Suppose you are looking for \(\sqrt{x}\) and your current guess \(g\) is too large. Then \(g > \sqrt{x}\), which means \(\frac{x}{g} < \sqrt{x}\). In other words, \(g\) overshoots and \(\frac{x}{g}\) undershoots. Averaging them lands you closer to the true answer.
The same logic works if \(g\) is too small: then \(\frac{x}{g}\) is too large, and their average is still closer. No matter which side you start on, the average pulls you toward the answer.
Let’s trace through the algorithm by hand, starting with the deliberately rough guess \(g = 1\).
x <- 7
g <- 1
for (i in 1:6) {
g_new <- (g + x / g) / 2
error <- abs(g_new^2 - x)
cat(sprintf(
"Iteration %d: guess = %.10f guess² = %.10f error = %.2e\n",
i, g_new, g_new^2, error
))
g <- g_new
}
Iteration 1: guess = 4.0000000000 guess² = 16.0000000000 error = 9.00e+00
Iteration 2: guess = 2.8750000000 guess² = 8.2656250000 error = 1.27e+00
Iteration 3: guess = 2.6548913043 guess² = 7.0484478379 error = 4.84e-02
Iteration 4: guess = 2.6457670442 guess² = 7.0000832521 error = 8.33e-05
Iteration 5: guess = 2.6457513111 guess² = 7.0000000002 error = 2.48e-10
Iteration 6: guess = 2.6457513111 guess² = 7.0000000000 error = 8.88e-16
cat(sprintf("\nR's built-in sqrt(7) = %.10f\n", sqrt(7)))
R's built-in sqrt(7) = 2.6457513111
Even starting from 1 — a terrible guess — the algorithm reaches 10-digit accuracy within a handful of iterations. Each step roughly doubles the number of correct digits, which is why it converges so quickly.
Convergence means that the sequence of guesses settles down to a fixed value. After enough iterations, the new guess is essentially identical to the old one — the algorithm has nothing left to improve.
We can visualise this by plotting the guess at each iteration.
x <- 7
g <- 1
max_iter <- 8
history <- data.frame(iteration = 0, guess = g)
for (i in seq_len(max_iter)) {
g <- (g + x / g) / 2
history <- rbind(history, data.frame(iteration = i, guess = g))
}
ggplot(history, aes(x = iteration, y = guess)) +
geom_line(linewidth = 1, colour = "steelblue") +
geom_point(size = 3, colour = "steelblue") +
geom_hline(yintercept = sqrt(7), linetype = "dashed", colour = "red") +
annotate("text", x = max_iter, y = sqrt(7) + 0.15,
label = paste0("sqrt(7) = ", round(sqrt(7), 4)),
hjust = 1, colour = "red") +
labs(x = "Iteration", y = "Guess",
title = "Convergence of the Babylonian method") +
theme_minimal()
The guess converges rapidly to the true square root of 7.
The guess drops sharply at first, then flattens out as it reaches the true value (dashed red line).
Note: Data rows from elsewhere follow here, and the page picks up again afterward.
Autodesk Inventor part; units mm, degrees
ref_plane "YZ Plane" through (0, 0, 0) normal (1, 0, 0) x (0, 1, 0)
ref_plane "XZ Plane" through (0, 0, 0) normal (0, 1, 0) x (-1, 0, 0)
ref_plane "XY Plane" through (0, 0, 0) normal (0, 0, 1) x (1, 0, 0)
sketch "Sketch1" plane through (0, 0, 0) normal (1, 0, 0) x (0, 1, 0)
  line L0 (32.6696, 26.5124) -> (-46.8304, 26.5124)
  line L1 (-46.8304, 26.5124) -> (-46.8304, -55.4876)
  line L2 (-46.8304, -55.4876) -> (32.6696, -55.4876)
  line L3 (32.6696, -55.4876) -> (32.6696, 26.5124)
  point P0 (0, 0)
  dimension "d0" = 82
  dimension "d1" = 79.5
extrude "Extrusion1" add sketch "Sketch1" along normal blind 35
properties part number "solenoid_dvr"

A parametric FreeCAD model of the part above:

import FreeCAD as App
import Part
import Sketcher
Q = App.Units.Quantity

doc = App.newDocument("Part")
body = doc.addObject("PartDesign::Body", "Body")

# Sketch on YZ plane
sketch1 = body.newObject("Sketcher::SketchObject", "Sketch")
sketch1.AttachmentSupport = (doc.getObject("YZ_Plane"), [""])
sketch1.MapMode = "FlatFace"
sketch1.addGeometry([
    Part.LineSegment(App.Vector(33, -55, 0), App.Vector(33, 27, 0)),
    Part.LineSegment(App.Vector(33, 27, 0), App.Vector(-47, 27, 0)),
    Part.LineSegment(App.Vector(-47, 27, 0), App.Vector(-47, -55, 0)),
    Part.LineSegment(App.Vector(-47, -55, 0), App.Vector(33, -55, 0)),
], False)
sketch1.addConstraint([
    Sketcher.Constraint("Coincident", 0, 2, 1, 1),
    Sketcher.Constraint("Coincident", 1, 2, 2, 1),
    Sketcher.Constraint("Coincident", 2, 2, 3, 1),
    Sketcher.Constraint("Coincident", 3, 2, 0, 1),
    Sketcher.Constraint("Vertical", 0),
    Sketcher.Constraint("Horizontal", 1),
    Sketcher.Constraint("Vertical", 2),
    Sketcher.Constraint("Horizontal", 3),
    Sketcher.Constraint("DistanceY", 0, 1, 0, 2, Q("82 mm")),
    Sketcher.Constraint("DistanceX", 1, 2, 1, 1, Q("79.5 mm")),
    Sketcher.Constraint("DistanceX", -1, 1, 0, 2, Q("32.6696 mm")),
    Sketcher.Constraint("DistanceY", -1, 1, 0, 2, Q("26.5124 mm")),
])
pad1 = body.newObject("PartDesign::Pad", "Pad")
pad1.Profile = sketch1
pad1.Length = 35

doc.recompute()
This “steep drop then plateau” shape is characteristic of convergence and you will see it in many iterative algorithms.
An algorithm that runs forever is not very useful. We need a stopping rule — a way to decide that the current guess is good enough.
The most common approach is to define a tolerance: a small number \(\varepsilon\) (say \(10^{-8}\)). At each iteration, you check whether the change from the previous guess is smaller than \(\varepsilon\). If so, you stop.
sqrt_babylonian <- function(x, guess = x / 2, tol = 1e-8, max_iter = 100) {
history <- data.frame(
iteration = 0,
guess = guess,
change = NA_real_
)
for (i in seq_len(max_iter)) {
guess_new <- (guess + x / guess) / 2
change <- abs(guess_new - guess)
history <- rbind(history, data.frame(
iteration = i, guess = guess_new, change = change
))
if (change < tol) {
cat(sprintf("Converged at iteration %d (change = %.2e < tol = %.2e)\n",
i, change, tol))
return(list(result = guess_new, history = history))
}
guess <- guess_new
}
warning("Did not converge within max_iter iterations")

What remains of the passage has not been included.